# [EXERCISE GOAL]
Find the string "sides" in the data, and copy out each line that has it.

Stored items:
++++++

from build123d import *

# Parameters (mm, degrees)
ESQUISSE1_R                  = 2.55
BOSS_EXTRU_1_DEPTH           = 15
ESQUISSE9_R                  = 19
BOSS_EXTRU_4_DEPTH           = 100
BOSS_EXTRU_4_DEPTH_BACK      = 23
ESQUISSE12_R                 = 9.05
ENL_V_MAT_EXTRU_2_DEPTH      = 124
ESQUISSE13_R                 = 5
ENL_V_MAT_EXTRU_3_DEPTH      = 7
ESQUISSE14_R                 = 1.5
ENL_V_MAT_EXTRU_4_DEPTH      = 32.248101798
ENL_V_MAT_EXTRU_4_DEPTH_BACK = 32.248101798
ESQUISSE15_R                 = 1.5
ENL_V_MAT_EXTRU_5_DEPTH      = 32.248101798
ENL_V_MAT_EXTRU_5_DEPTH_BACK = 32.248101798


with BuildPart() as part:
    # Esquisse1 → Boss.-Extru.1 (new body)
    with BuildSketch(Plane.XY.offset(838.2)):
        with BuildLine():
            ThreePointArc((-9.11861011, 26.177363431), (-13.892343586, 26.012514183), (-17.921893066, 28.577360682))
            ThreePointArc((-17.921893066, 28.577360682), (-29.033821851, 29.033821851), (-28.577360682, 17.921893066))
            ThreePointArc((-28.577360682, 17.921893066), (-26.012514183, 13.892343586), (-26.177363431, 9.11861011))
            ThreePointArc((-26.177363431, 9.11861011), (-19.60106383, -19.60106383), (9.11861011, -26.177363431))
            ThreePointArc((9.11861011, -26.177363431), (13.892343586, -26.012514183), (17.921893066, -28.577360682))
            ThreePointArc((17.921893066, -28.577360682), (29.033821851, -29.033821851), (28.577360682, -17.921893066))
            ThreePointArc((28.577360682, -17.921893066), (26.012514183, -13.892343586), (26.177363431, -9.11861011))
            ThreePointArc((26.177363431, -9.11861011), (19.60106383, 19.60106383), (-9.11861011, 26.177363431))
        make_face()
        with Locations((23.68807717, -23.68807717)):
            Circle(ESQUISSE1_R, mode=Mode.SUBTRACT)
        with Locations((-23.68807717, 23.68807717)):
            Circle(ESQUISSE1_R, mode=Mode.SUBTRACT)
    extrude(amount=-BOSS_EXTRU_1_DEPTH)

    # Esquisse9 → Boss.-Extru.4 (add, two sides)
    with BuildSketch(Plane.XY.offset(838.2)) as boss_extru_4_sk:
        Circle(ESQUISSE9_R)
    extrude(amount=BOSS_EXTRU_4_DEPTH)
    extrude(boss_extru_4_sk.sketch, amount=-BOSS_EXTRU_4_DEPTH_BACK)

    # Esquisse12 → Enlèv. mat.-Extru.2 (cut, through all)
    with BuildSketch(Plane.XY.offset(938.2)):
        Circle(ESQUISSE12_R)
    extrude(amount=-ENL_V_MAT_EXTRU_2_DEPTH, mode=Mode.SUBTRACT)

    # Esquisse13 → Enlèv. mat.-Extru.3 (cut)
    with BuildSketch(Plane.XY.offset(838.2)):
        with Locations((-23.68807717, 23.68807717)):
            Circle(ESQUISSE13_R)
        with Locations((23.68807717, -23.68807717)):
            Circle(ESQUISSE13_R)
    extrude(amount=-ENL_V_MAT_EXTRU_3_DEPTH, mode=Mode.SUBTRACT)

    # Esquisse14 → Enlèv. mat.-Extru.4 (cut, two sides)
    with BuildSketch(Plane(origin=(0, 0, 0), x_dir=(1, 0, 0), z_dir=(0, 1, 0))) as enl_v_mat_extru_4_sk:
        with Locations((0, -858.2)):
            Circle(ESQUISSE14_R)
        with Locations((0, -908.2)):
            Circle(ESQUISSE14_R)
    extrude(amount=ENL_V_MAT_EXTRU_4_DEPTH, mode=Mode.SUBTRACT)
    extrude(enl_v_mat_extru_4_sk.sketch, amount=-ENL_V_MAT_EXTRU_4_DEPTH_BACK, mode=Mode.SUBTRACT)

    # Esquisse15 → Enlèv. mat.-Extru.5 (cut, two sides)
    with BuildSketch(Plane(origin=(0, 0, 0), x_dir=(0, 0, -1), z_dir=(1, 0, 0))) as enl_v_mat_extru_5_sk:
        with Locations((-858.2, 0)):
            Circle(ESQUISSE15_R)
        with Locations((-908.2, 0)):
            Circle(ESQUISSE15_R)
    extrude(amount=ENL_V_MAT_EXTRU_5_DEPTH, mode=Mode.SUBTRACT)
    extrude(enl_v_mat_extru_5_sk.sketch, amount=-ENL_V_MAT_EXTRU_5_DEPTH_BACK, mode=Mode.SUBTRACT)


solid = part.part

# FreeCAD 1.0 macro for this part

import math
import FreeCAD as App
import Part
import Sketcher
from FreeCAD import Vector

doc = App.newDocument("Part")
body = doc.addObject("PartDesign::Body", "Body")

# Sketch on XY plane
sketch1 = doc.addObject("Sketcher::SketchObject", "Sketch")
body.addObject(sketch1)
sketch1.AttachmentSupport = (doc.XY_Plane, [""])
sketch1.MapMode = "FlatFace"
sketch1.AttachmentOffset = App.Placement(Vector(0, 0, 838.2), App.Rotation())
sketch1.addGeometry(Part.ArcOfCircle(Part.Circle(Vector(-11.8, 33.8, 0), Vector(0, 0, 1), 8.1), math.radians(-140), math.radians(-71)), False)
sketch1.addGeometry(Part.ArcOfCircle(Part.Circle(Vector(-23.7, 23.7, 0), Vector(0, 0, 1), 7.6), math.radians(40), math.radians(230)), False)
sketch1.addGeometry(Part.ArcOfCircle(Part.Circle(Vector(-33.8, 11.8, 0), Vector(0, 0, 1), 8.1), math.radians(-19), math.radians(50)), False)
sketch1.addGeometry(Part.ArcOfCircle(Part.Circle(Vector(0, 0, 0), Vector(0, 0, 1), 27.7), math.radians(161), math.radians(289)), False)
sketch1.addGeometry(Part.ArcOfCircle(Part.Circle(Vector(11.8, -33.8, 0), Vector(0, 0, 1), 8.1), math.radians(40), math.radians(109)), False)
sketch1.addGeometry(Part.ArcOfCircle(Part.Circle(Vector(23.7, -23.7, 0), Vector(0, 0, 1), 7.6), math.radians(-140), math.radians(50)), False)
sketch1.addGeometry(Part.ArcOfCircle(Part.Circle(Vector(33.8, -11.8, 0), Vector(0, 0, 1), 8.1), math.radians(161), math.radians(230)), False)
sketch1.addGeometry(Part.ArcOfCircle(Part.Circle(Vector(0, 0, 0), Vector(0, 0, 1), 27.7), math.radians(-19), math.radians(109)), False)
sketch1.addGeometry(Part.Circle(Vector(23.7, -23.7, 0), Vector(0, 0, 1), 2.5), False)
sketch1.addGeometry(Part.Circle(Vector(-23.7, 23.7, 0), Vector(0, 0, 1), 2.5), False)
sketch1.addConstraint(Sketcher.Constraint("Tangent", 0, 1, 1, 1))
sketch1.addConstraint(Sketcher.Constraint("Tangent", 1, 2, 2, 2))
sketch1.addConstraint(Sketcher.Constraint("Tangent", 2, 1, 3, 1))
sketch1.addConstraint(Sketcher.Constraint("Tangent", 3, 2, 4, 2))
sketch1.addConstraint(Sketcher.Constraint("Tangent", 4, 1, 5, 1))
sketch1.addConstraint(Sketcher.Constraint("Tangent", 5, 2, 6, 2))
sketch1.addConstraint(Sketcher.Constraint("Tangent", 6, 1, 7, 1))
sketch1.addConstraint(Sketcher.Constraint("Tangent", 7, 2, 0, 2))
sketch1.addConstraint(Sketcher.Constraint("Coincident", 3, 3, -1, 1))
sketch1.addConstraint(Sketcher.Constraint("Coincident", 7, 3, -1, 1))
sketch1.addConstraint(Sketcher.Constraint("Coincident", 8, 3, 5, 3))
sketch1.addConstraint(Sketcher.Constraint("Coincident", 9, 3, 1, 3))
sketch1.addConstraint(Sketcher.Constraint("Equal", 0, 2))
sketch1.addConstraint(Sketcher.Constraint("Equal", 2, 4))
sketch1.addConstraint(Sketcher.Constraint("Equal", 1, 5))
sketch1.addConstraint(Sketcher.Constraint("Equal", 4, 6))
sketch1.addConstraint(Sketcher.Constraint("Equal", 3, 7))
sketch1.addConstraint(Sketcher.Constraint("Equal", 8, 9))
sketch1.addConstraint(Sketcher.Constraint("Symmetric", 1, 3, 5, 3, -1, 1))
sketch1.addConstraint(Sketcher.Constraint("Diameter", 8, 5.1))
sketch1.addConstraint(Sketcher.Constraint("Radius", 3, 27.72009))
sketch1.addConstraint(Sketcher.Constraint("Radius", 0, 8.064026))
sketch1.addConstraint(Sketcher.Constraint("Radius", 1, 7.560025))
sketch1.addConstraint(Sketcher.Constraint("DistanceX", 2, 3, 0, 3, 22.0213))
sketch1.addConstraint(Sketcher.Constraint("DistanceY", 2, 3, 0, 3, 22.0213))
pad1 = doc.addObject("PartDesign::Pad", "Pad")
body.addObject(pad1)
pad1.Profile = sketch1
pad1.Length = 15
pad1.Reversed = True

# Sketch on XY plane
sketch2 = doc.addObject("Sketcher::SketchObject", "Sketch001")
body.addObject(sketch2)
sketch2.AttachmentSupport = (doc.XY_Plane, [""])
sketch2.MapMode = "FlatFace"
sketch2.AttachmentOffset = App.Placement(Vector(0, 0, 838.2), App.Rotation())
sketch2.addGeometry(Part.Circle(Vector(0, 0, 0), Vector(0, 0, 1), 19), False)
sketch2.addConstraint(Sketcher.Constraint("Coincident", 0, 3, -1, 1))
sketch2.addConstraint(Sketcher.Constraint("Diameter", 0, 38.0))
pad2 = doc.addObject("PartDesign::Pad", "Pad001")
body.addObject(pad2)
pad2.Profile = sketch2
pad2.Type = "TwoLengths"
pad2.Length = 100
pad2.Length2 = 23

# Sketch on XY plane
sketch3 = doc.addObject("Sketcher::SketchObject", "Sketch002")
body.addObject(sketch3)
sketch3.AttachmentSupport = (doc.XY_Plane, [""])
sketch3.MapMode = "FlatFace"
sketch3.AttachmentOffset = App.Placement(Vector(0, 0, 938.2), App.Rotation())
sketch3.addGeometry(Part.Circle(Vector(0, 0, 0), Vector(0, 0, 1), 9), False)
sketch3.addConstraint(Sketcher.Constraint("Coincident", 0, 3, -1, 1))
sketch3.addConstraint(Sketcher.Constraint("Diameter", 0, 18.1))
pocket1 = doc.addObject("PartDesign::Pocket", "Pocket")
body.addObject(pocket1)
pocket1.Profile = sketch3
pocket1.Type = "ThroughAll"

# Sketch on XY plane
sketch4 = doc.addObject("Sketcher::SketchObject", "Sketch003")
body.addObject(sketch4)
sketch4.AttachmentSupport = (doc.XY_Plane, [""])
sketch4.MapMode = "FlatFace"
sketch4.AttachmentOffset = App.Placement(Vector(0, 0, 838.2), App.Rotation())
sketch4.addGeometry(Part.Circle(Vector(-24, 24, 0), Vector(0, 0, 1), 5), False)
sketch4.addGeometry(Part.Circle(Vector(24, -24, 0), Vector(0, 0, 1), 5), False)
sketch4.addConstraint(Sketcher.Constraint("Equal", 0, 1))
sketch4.addConstraint(Sketcher.Constraint("Symmetric", 0, 3, 1, 3, -1, 1))
sketch4.addConstraint(Sketcher.Constraint("Diameter", 0, 10.0))
sketch4.addConstraint(Sketcher.Constraint("DistanceX", 0, 3, -1, 1, 23.688077))
sketch4.addConstraint(Sketcher.Constraint("DistanceY", -1, 1, 0, 3, 23.688077))
pocket2 = doc.addObject("PartDesign::Pocket", "Pocket001")
body.addObject(pocket2)
pocket2.Profile = sketch4
pocket2.Length = 7

# Sketch on XZ plane
sketch5 = doc.addObject("Sketcher::SketchObject", "Sketch004")
body.addObject(sketch5)
sketch5.AttachmentSupport = (doc.XZ_Plane, [""])
sketch5.MapMode = "FlatFace"
sketch5.addGeometry(Part.Circle(Vector(0, 858.2, 0), Vector(0, 0, 1), 1.5), False)
sketch5.addGeometry(Part.Circle(Vector(0, 908.2, 0), Vector(0, 0, 1), 1.5), False)
sketch5.addConstraint(Sketcher.Constraint("Equal", 0, 1))
sketch5.addConstraint(Sketcher.Constraint("PointOnObject", 0, 3, -2))
sketch5.addConstraint(Sketcher.Constraint("PointOnObject", 1, 3, -2))
sketch5.addConstraint(Sketcher.Constraint("Diameter", 0, 3.0))
sketch5.addConstraint(Sketcher.Constraint("DistanceY", 0, 3, 1, 3, 50.0))
sketch5.addConstraint(Sketcher.Constraint("DistanceY", -1, 1, 0, 3, 858.2))
pocket3 = doc.addObject("PartDesign::Pocket", "Pocket002")
body.addObject(pocket3)
pocket3.Profile = sketch5
pocket3.Type = "ThroughAll"
pocket3.Midplane = True

# Sketch on YZ plane
sketch6 = doc.addObject("Sketcher::SketchObject", "Sketch005")
body.addObject(sketch6)
sketch6.AttachmentSupport = (doc.YZ_Plane, [""])
sketch6.MapMode = "FlatFace"
sketch6.addGeometry(Part.Circle(Vector(0, 858.2, 0), Vector(0, 0, 1), 1.5), False)
sketch6.addGeometry(Part.Circle(Vector(0, 908.2, 0), Vector(0, 0, 1), 1.5), False)
sketch6.addConstraint(Sketcher.Constraint("Equal", 0, 1))
sketch6.addConstraint(Sketcher.Constraint("PointOnObject", 0, 3, -2))
sketch6.addConstraint(Sketcher.Constraint("PointOnObject", 1, 3, -2))
sketch6.addConstraint(Sketcher.Constraint("Diameter", 0, 3.0))
sketch6.addConstraint(Sketcher.Constraint("DistanceY", 0, 3, 1, 3, 50.0))
sketch6.addConstraint(Sketcher.Constraint("DistanceY", -1, 1, 0, 3, 858.2))
pocket4 = doc.addObject("PartDesign::Pocket", "Pocket003")
body.addObject(pocket4)
pocket4.Profile = sketch6
pocket4.Type = "ThroughAll"
pocket4.Midplane = True

doc.recompute()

++++++

# [SOLVED PROBLEM]
    # Esquisse9 → Boss.-Extru.4 (add, two sides)
    # Esquisse14 → Enlèv. mat.-Extru.4 (cut, two sides)
    # Esquisse15 → Enlèv. mat.-Extru.5 (cut, two sides)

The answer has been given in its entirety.